365 (1968). And if the doctrine of stare decisis has any meaning
at all, it requires that people in their everyday affairs be [412
U.S. 400] able to rely on our decisions, and not be needlessly penalized
for such reliance. Cf. Flood v. Kuhn, 407 U.S. 258, 283 (1972);
Wallace v. M'Connell, 13 Pet. 136, 150 (1839).
[United States v. Mason, 412 U.S.
391 (1973)]
U.S. v. Bishop, 412 U.S. 346 (1973)
The requirement of an offense
committed "willfully" is not met, therefore, if a taxpayer has relied
in good faith on a prior decision of this Court. James v. United
States, 366 U.S. at 221-222. Cf. Lambert v. California, 355 U.S.
225 (1957). The Court's consistent interpretation of the
word "willfully" to require an element of mens rea implements the
pervasive intent of Congress to construct penalties that separate
the purposeful tax violator from the well meaning, but easily confused,
mass of taxpayers.
Until Congress speaks otherwise,
we therefore shall continue to require, in both tax felonies and
tax misdemeanors that must be done "willfully," the bad purpose
or evil motive described in Murdock, supra. We hold, consequently,
that the word "willfully" has the same meaning in § 7207 that it
has in § 7206(1). Since the only issue in dispute in this case centered
on willfulness, it follows that a conviction of the misdemeanor
would clearly support a conviction for the felony.{9} Under these
circumstances, a lesser included offense instruction was not required
or proper, for, in the federal system, it is not the function of
the jury to set the penalty. Berra v. United States, 351 U.S. at
134-135. [412 U.S. 362]
[U.S. v. Bishop, 412 U.S. 346 (1973)]
Spies v. U.S., 317 U.S. 492 (1943)
The difference between willful failure
to pay a tax when due, which is made a misdemeanor, and willful
attempt to defeat and evade one, which is made a felony, is not
easy to detect or define. Both must be willful, and willful, as
we have said, is a word of many meanings, its construction often
being influenced by its context. United States v. Murdock, 290 U.S.
389. It may well mean something more as applied to nonpayment of
a tax than when applied to failure to make a return. Mere voluntary
and purposeful, as distinguished from accidental, omission to make
a timely return might meet the test of willfulness.

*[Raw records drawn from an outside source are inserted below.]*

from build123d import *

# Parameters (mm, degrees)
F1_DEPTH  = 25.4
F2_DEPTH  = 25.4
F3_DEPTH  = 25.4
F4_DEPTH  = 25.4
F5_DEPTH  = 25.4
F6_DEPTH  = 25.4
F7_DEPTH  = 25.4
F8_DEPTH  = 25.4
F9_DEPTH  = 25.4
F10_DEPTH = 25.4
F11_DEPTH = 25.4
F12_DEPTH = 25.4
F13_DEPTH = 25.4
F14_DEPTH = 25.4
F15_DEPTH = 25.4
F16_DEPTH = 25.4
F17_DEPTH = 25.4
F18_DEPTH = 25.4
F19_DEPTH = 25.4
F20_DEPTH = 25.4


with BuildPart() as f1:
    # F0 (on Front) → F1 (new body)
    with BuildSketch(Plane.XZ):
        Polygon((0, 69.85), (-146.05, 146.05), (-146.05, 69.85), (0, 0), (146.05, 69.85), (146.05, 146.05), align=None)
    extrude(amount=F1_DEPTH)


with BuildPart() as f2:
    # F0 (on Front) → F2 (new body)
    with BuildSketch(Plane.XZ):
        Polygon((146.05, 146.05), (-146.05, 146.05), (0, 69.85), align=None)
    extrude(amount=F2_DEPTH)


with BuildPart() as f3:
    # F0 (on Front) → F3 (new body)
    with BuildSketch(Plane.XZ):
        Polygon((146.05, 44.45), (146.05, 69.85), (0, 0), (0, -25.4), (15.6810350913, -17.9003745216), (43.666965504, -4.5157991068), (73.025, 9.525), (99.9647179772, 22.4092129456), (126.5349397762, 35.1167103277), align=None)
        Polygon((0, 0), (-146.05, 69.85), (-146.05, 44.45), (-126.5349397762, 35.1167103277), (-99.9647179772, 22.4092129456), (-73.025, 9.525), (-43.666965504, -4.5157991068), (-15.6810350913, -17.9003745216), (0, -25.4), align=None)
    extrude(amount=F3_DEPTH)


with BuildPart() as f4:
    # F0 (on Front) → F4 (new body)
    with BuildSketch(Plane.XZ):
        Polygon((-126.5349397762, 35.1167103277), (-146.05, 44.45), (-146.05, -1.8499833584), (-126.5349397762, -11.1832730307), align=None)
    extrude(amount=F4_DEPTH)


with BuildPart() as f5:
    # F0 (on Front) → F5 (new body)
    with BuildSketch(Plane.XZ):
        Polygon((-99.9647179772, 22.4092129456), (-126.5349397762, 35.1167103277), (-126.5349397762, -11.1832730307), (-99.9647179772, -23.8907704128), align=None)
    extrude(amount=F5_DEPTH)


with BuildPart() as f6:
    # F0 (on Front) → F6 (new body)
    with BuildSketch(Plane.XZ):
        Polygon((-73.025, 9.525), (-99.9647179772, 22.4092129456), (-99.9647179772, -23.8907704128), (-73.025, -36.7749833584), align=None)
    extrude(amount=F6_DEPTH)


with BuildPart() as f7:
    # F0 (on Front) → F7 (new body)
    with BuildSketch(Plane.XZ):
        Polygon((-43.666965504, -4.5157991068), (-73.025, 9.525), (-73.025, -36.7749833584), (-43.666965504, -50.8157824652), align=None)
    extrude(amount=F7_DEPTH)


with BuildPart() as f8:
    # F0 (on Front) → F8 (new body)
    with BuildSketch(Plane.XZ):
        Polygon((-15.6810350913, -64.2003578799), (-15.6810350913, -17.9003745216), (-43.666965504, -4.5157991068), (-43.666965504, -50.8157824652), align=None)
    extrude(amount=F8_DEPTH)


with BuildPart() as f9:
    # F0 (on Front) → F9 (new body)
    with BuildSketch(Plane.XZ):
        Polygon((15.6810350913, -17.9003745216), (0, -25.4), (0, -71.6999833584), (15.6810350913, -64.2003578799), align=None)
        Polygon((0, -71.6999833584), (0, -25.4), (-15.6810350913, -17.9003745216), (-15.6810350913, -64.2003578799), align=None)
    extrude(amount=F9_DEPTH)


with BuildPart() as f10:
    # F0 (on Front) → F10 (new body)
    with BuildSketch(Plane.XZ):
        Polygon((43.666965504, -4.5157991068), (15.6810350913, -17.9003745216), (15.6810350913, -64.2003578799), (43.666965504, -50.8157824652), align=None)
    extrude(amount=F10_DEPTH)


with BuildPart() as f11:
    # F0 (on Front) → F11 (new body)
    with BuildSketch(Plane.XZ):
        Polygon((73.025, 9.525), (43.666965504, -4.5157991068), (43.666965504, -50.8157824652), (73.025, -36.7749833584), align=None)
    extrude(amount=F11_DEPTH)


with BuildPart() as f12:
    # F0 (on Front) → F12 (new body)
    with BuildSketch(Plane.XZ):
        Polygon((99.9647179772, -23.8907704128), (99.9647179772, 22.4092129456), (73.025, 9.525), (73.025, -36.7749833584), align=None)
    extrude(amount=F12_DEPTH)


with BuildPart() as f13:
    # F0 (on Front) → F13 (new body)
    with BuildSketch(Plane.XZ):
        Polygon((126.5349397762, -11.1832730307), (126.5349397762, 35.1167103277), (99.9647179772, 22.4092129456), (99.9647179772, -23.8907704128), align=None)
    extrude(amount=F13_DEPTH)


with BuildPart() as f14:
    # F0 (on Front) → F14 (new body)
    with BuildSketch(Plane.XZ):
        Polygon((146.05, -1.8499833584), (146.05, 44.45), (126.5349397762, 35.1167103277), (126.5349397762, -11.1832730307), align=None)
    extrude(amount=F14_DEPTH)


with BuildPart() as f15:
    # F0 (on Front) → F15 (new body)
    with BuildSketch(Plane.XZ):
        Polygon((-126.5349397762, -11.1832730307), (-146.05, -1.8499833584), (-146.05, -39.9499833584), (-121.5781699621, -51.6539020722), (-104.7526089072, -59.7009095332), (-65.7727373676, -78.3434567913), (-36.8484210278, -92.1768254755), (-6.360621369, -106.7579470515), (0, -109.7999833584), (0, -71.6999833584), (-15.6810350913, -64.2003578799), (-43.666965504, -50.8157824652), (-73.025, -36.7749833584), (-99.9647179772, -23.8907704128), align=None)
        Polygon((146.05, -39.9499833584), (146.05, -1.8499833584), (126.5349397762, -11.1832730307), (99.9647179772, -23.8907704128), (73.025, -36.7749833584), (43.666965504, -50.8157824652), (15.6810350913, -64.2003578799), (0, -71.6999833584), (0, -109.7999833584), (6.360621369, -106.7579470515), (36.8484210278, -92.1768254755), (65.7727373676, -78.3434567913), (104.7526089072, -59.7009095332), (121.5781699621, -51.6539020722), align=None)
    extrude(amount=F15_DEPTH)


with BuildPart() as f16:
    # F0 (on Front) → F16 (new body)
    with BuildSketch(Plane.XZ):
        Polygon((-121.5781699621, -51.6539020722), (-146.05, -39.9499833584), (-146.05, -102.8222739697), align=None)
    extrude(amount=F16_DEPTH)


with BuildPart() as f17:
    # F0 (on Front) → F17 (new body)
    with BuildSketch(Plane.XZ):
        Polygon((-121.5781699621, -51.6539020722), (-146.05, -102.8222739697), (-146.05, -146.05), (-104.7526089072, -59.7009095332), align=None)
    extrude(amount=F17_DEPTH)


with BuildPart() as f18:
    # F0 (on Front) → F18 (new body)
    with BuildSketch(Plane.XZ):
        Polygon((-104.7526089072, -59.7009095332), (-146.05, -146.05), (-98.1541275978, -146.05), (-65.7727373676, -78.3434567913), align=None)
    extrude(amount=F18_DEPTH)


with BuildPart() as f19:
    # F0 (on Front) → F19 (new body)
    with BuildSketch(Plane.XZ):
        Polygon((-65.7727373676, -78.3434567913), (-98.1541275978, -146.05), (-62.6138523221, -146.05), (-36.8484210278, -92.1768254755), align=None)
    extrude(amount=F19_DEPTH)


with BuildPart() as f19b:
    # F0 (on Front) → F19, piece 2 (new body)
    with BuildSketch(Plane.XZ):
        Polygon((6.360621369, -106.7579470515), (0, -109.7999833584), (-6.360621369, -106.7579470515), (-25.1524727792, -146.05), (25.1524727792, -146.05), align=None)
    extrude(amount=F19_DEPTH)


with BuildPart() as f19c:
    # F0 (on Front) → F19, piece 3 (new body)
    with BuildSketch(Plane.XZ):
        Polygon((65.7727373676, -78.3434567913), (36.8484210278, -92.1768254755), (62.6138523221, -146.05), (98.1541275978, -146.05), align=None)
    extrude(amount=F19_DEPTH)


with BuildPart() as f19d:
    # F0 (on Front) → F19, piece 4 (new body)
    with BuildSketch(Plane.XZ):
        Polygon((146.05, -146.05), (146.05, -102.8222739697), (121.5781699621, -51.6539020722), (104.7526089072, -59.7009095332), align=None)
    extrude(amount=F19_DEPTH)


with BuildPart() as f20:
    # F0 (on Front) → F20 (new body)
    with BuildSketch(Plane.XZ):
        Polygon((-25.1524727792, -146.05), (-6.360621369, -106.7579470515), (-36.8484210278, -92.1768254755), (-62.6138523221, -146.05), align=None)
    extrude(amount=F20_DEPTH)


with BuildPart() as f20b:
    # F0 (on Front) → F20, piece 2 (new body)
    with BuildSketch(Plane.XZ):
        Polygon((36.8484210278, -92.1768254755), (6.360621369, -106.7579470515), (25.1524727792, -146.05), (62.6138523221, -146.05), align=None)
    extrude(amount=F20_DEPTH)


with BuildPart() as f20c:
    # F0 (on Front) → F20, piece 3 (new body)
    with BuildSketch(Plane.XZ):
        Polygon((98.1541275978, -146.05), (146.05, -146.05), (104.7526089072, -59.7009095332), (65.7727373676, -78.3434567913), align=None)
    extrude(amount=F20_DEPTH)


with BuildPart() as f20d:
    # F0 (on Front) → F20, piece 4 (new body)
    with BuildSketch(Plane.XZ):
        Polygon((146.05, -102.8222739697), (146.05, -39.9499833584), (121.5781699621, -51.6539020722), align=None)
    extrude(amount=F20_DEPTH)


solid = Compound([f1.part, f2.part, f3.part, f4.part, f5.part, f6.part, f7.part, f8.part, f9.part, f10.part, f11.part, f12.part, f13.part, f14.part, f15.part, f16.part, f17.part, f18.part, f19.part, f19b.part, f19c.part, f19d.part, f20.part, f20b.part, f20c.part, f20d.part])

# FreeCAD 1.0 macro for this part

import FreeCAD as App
import Part
import Sketcher

V = App.Vector
Q = App.Units.Quantity

doc = App.newDocument("Part")
body = doc.addObject("PartDesign::Body", "Body")

# Sketch on XZ plane
sketch1 = body.newObject("Sketcher::SketchObject", "Sketch")
sketch1.AttachmentSupport = (doc.getObject("XZ_Plane"), [""])
sketch1.MapMode = "FlatFace"
sketch1.addGeometry([
    Part.LineSegment(V(0, 70, 0), V(-146, 146, 0)),  # 0
    Part.LineSegment(V(-146, 146, 0), V(-146, 70, 0)),  # 1
    Part.LineSegment(V(-146, 70, 0), V(0, 0, 0)),  # 2
    Part.LineSegment(V(0, 0, 0), V(146, 70, 0)),  # 3
    Part.LineSegment(V(146, 70, 0), V(146, 146, 0)),  # 4
    Part.LineSegment(V(146, 146, 0), V(0, 70, 0)),  # 5
], False)
sketch1.addConstraint([
    Sketcher.Constraint("Coincident", 0, 2, 1, 1),
    Sketcher.Constraint("Coincident", 1, 2, 2, 1),
    Sketcher.Constraint("Coincident", 2, 2, 3, 1),
    Sketcher.Constraint("Coincident", 3, 2, 4, 1),
    Sketcher.Constraint("Coincident", 4, 2, 5, 1),
    Sketcher.Constraint("Coincident", 5, 2, 0, 1),
    Sketcher.Constraint("Vertical", 1),
    Sketcher.Constraint("Vertical", 4),
    Sketcher.Constraint("Coincident", 2, 2, -1, 1),
    Sketcher.Constraint("Symmetric", 1, 2, 3, 2, -2),
    Sketcher.Constraint("PointOnObject", 5, 2, -2),
    Sketcher.Constraint("Horizontal", 0, 2, 4, 2),
    Sketcher.Constraint("Horizontal", 3, 2, 5, 2),
    Sketcher.Constraint("DistanceY", 1, 2, 1, 1, Q("3 in")),
    Sketcher.Constraint("DistanceX", 1, 2, 3, 2, Q("11.5 in")),
    Sketcher.Constraint("DistanceY", -1, 1, 0, 2, Q("5.75 in")),
])
pad1 = body.newObject("PartDesign::Pad", "Pad")
pad1.Profile = sketch1
pad1.Length = Q("1 in")
body2 = doc.addObject("PartDesign::Body", "Body001")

But in view
of our traditional aversion to imprisonment for debt, we would not,
without the clearest manifestation of Congressional intent, assume
that mere knowing and intentional default in payment of a tax, where
there had been no willful failure to disclose the liability, is
intended to constitute a criminal offense of any degree. We
would expect willfulness in such a case to include some element
of evil motive and want of justification in view of all the financial
circumstances of the taxpayer.
Had § 145(a) not included willful
failure to pay a tax, it would have defined as misdemeanors generally
[412 U.S. 353] a failure to observe statutory duties to make timely
returns, keep records, or supply information -- duties imposed to
facilitate administration of the Act even if, because of insufficient
net income, there were no duty to pay a tax. It would then be a
permissible, and perhaps an appropriate, construction of § 145(b)
that it made felonies of the same willful omissions when there was
the added element of duty to pay a tax. The definition of such nonpayment
as a misdemeanor, we think, argues strongly against such an interpretation.
[. . .]
It is not the purpose of the
law to penalize frank difference of opinion or innocent errors made
despite the [412 U.S. 361] exercise of reasonable care.